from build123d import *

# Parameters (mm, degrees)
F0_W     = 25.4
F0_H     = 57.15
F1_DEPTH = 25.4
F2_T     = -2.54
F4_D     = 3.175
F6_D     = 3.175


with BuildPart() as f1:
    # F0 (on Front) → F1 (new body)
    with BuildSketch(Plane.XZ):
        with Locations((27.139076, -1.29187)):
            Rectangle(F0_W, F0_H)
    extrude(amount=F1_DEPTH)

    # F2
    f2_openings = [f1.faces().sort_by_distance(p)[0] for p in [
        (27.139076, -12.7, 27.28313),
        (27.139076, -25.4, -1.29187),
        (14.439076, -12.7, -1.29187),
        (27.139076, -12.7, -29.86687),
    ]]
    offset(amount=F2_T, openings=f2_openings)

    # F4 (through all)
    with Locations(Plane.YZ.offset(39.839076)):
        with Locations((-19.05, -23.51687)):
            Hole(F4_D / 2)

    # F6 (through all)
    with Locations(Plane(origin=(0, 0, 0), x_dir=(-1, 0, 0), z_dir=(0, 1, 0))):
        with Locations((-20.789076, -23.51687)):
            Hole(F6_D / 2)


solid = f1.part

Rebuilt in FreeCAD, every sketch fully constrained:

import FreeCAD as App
import Part
import Sketcher
from FreeCAD import Vector
Q = App.Units.Quantity


def faces_at(feature, points):
    """Names of the faces that lie closest to the given points."""
    faces = feature.Shape.Faces
    near = lambda p: min(range(len(faces)), key=lambda i: faces[i].distToShape(Part.Vertex(*p))[0])
    return sorted({f"Face{near(p) + 1}" for p in points})


def add_polygon(sketch, points):
    """Adds a closed chain of lines whose ends are joined by coincident constraints."""
    first, n = sketch.GeometryCount, len(points)
    for a, b in zip(points, points[1:] + points[:1]):
        sketch.addGeometry(Part.LineSegment(App.Vector(*a, 0), App.Vector(*b, 0)), False)
    for i in range(n):
        sketch.addConstraint(Sketcher.Constraint("Coincident", first + i, 2, first + (i + 1) % n, 1))

doc = App.newDocument("Part")
body = doc.addObject("PartDesign::Body", "Body")

# Sketch on XZ plane
sketch1 = body.newObject("Sketcher::SketchObject", "Sketch")
sketch1.AttachmentSupport = (doc.getObject("XZ_Plane"), [""])
sketch1.MapMode = "FlatFace"
add_polygon(sketch1, [(14, 27), (14, -30), (40, -30), (40, 27)])  # lines 0-3
sketch1.addConstraint([
    Sketcher.Constraint("Vertical", 0),
    Sketcher.Constraint("Horizontal", 1),
    Sketcher.Constraint("Vertical", 2),
    Sketcher.Constraint("Horizontal", 3),
    Sketcher.Constraint("DistanceX", 1, 1, 1, 2, Q("1 in")),
    Sketcher.Constraint("DistanceY", 0, 2, 0, 1, Q("2.25 in")),
    Sketcher.Constraint("DistanceY", 0, 2, -1, 1, 29.86687),
    Sketcher.Constraint("DistanceX", -1, 1, 0, 2, 14.439076),
])
pad1 = body.newObject("PartDesign::Pad", "Pad")
pad1.Profile = sketch1
pad1.Length = Q("1 in")
doc.recompute()

thickness = body.newObject("PartDesign::Thickness", "Thickness")
thickness.Base = (pad1, faces_at(pad1, [
    (27.139, -12.7, 27.283),
    (27.139, -25.4, -1.292),
    (14.439, -12.7, -1.292),
    (27.139, -12.7, -29.867),
]))
thickness.Value = Q("0.1 in")
thickness.Reversed = True
thickness.Join = "Arc"

# Sketch on YZ plane
sketch2 = body.newObject("Sketcher::SketchObject", "Sketch001")
sketch2.AttachmentSupport = (doc.getObject("YZ_Plane"), [""])
sketch2.MapMode = "FlatFace"
sketch2.AttachmentOffset = App.Placement(Vector(0, 0, 39.839076), App.Rotation())
sketch2.addGeometry(Part.Circle(Vector(-19.1, -23.5, 0), Vector(0, 0, 1), 1.6), False)
sketch2.addConstraint([
    Sketcher.Constraint("Diameter", 0, Q("0.125 in")),
    Sketcher.Constraint("DistanceX", 0, 3, -1, 1, Q("0.75 in")),
    Sketcher.Constraint("DistanceY", 0, 3, -1, 1, 23.51687),
])
doc.recompute()
hole = body.newObject("PartDesign::Hole", "Hole")
hole.Profile = sketch2
hole.ThreadType = "None"
hole.Diameter = Q("0.125 in")
hole.DepthType = "ThroughAll"

# Sketch on XZ plane
sketch3 = body.newObject("Sketcher::SketchObject", "Sketch002")
sketch3.AttachmentSupport = (doc.getObject("XZ_Plane"), [""])
sketch3.MapMode = "FlatFace"
sketch3.addGeometry(Part.Circle(Vector(20.8, -23.5, 0), Vector(0, 0, 1), 1.6), False)
sketch3.addConstraint([
    Sketcher.Constraint("Diameter", 0, Q("0.125 in")),
    Sketcher.Constraint("DistanceY", 0, 3, -1, 1, 23.51687),
    Sketcher.Constraint("DistanceX", -1, 1, 0, 3, 20.789076),
])
doc.recompute()
hole2 = body.newObject("PartDesign::Hole", "Hole001")
hole2.Profile = sketch3
hole2.ThreadType = "None"
hole2.Diameter = Q("0.125 in")
hole2.DepthType = "ThroughAll"
hole2.Reversed = True

doc.recompute()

══════════════════════════════

== WHAT IS REQUIRED ==
From the entries above, extract only the lines running from the one containing "offset(amount=F2_T, openings=f2_openings)" through the one containing "Rebuilt in FreeCAD, every", inclusive.

== RESPONSE BELOW ==
    offset(amount=F2_T, openings=f2_openings)

    # F4 (through all)
    with Locations(Plane.YZ.offset(39.839076)):
        with Locations((-19.05, -23.51687)):
            Hole(F4_D / 2)

    # F6 (through all)
    with Locations(Plane(origin=(0, 0, 0), x_dir=(-1, 0, 0), z_dir=(0, 1, 0))):
        with Locations((-20.789076, -23.51687)):
            Hole(F6_D / 2)


solid = f1.part

Rebuilt in FreeCAD, every sketch fully constrained:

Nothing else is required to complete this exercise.